• Aim of the exercise: Beginning with the line below that contains "v 50.8 -38.1 50.8" and ending with the line that contains "v -50.8 -38.1 50.8", copy every line exactly. Copy nothing else.

• Stored data entries:
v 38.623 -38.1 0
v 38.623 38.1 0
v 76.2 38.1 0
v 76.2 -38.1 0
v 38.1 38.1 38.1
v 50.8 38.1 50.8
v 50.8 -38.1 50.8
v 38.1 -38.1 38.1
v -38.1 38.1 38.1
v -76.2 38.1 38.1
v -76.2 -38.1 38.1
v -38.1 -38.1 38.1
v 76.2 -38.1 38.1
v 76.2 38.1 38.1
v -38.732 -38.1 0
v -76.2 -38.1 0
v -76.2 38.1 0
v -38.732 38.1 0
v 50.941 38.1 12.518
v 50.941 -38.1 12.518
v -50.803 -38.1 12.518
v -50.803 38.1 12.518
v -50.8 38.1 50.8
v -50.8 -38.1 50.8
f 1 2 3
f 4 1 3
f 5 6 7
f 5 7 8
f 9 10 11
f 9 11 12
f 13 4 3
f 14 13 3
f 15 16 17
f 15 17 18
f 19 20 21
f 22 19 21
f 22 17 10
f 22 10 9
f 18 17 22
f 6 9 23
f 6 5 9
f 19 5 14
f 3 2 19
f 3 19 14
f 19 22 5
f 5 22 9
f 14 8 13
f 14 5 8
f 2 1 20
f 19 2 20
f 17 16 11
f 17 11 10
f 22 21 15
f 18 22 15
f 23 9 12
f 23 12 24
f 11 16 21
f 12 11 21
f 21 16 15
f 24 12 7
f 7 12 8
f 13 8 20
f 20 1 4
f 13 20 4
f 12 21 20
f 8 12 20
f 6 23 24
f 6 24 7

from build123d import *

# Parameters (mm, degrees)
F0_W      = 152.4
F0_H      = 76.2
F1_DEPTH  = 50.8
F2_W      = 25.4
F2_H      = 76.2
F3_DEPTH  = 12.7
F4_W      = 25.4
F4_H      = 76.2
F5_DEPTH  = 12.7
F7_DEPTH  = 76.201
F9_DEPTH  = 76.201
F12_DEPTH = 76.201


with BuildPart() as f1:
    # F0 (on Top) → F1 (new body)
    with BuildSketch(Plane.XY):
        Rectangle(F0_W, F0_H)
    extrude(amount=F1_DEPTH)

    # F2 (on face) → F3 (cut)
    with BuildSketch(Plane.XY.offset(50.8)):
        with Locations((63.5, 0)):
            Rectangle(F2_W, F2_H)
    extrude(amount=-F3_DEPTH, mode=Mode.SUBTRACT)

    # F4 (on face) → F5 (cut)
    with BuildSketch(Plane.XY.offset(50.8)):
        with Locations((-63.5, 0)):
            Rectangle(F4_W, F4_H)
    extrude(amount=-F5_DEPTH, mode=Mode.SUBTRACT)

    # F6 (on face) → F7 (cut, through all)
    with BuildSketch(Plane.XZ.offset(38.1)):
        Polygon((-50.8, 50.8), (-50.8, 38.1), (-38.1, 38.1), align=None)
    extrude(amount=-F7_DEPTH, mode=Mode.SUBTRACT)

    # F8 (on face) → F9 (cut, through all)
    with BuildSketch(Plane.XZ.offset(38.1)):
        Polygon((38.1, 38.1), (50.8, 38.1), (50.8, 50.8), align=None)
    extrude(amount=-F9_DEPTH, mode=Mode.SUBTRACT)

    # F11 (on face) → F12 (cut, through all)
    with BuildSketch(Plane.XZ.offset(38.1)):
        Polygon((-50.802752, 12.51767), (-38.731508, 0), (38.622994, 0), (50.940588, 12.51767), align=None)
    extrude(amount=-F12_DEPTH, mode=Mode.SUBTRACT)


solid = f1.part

• Task answer:
v 50.8 -38.1 50.8
v 38.1 -38.1 38.1
v -38.1 38.1 38.1
v -76.2 38.1 38.1
v -76.2 -38.1 38.1
v -38.1 -38.1 38.1
v 76.2 -38.1 38.1
v 76.2 38.1 38.1
v -38.732 -38.1 0
v -76.2 -38.1 0
v -76.2 38.1 0
v -38.732 38.1 0
v 50.941 38.1 12.518
v 50.941 -38.1 12.518
v -50.803 -38.1 12.518
v -50.803 38.1 12.518
v -50.8 38.1 50.8
v -50.8 -38.1 50.8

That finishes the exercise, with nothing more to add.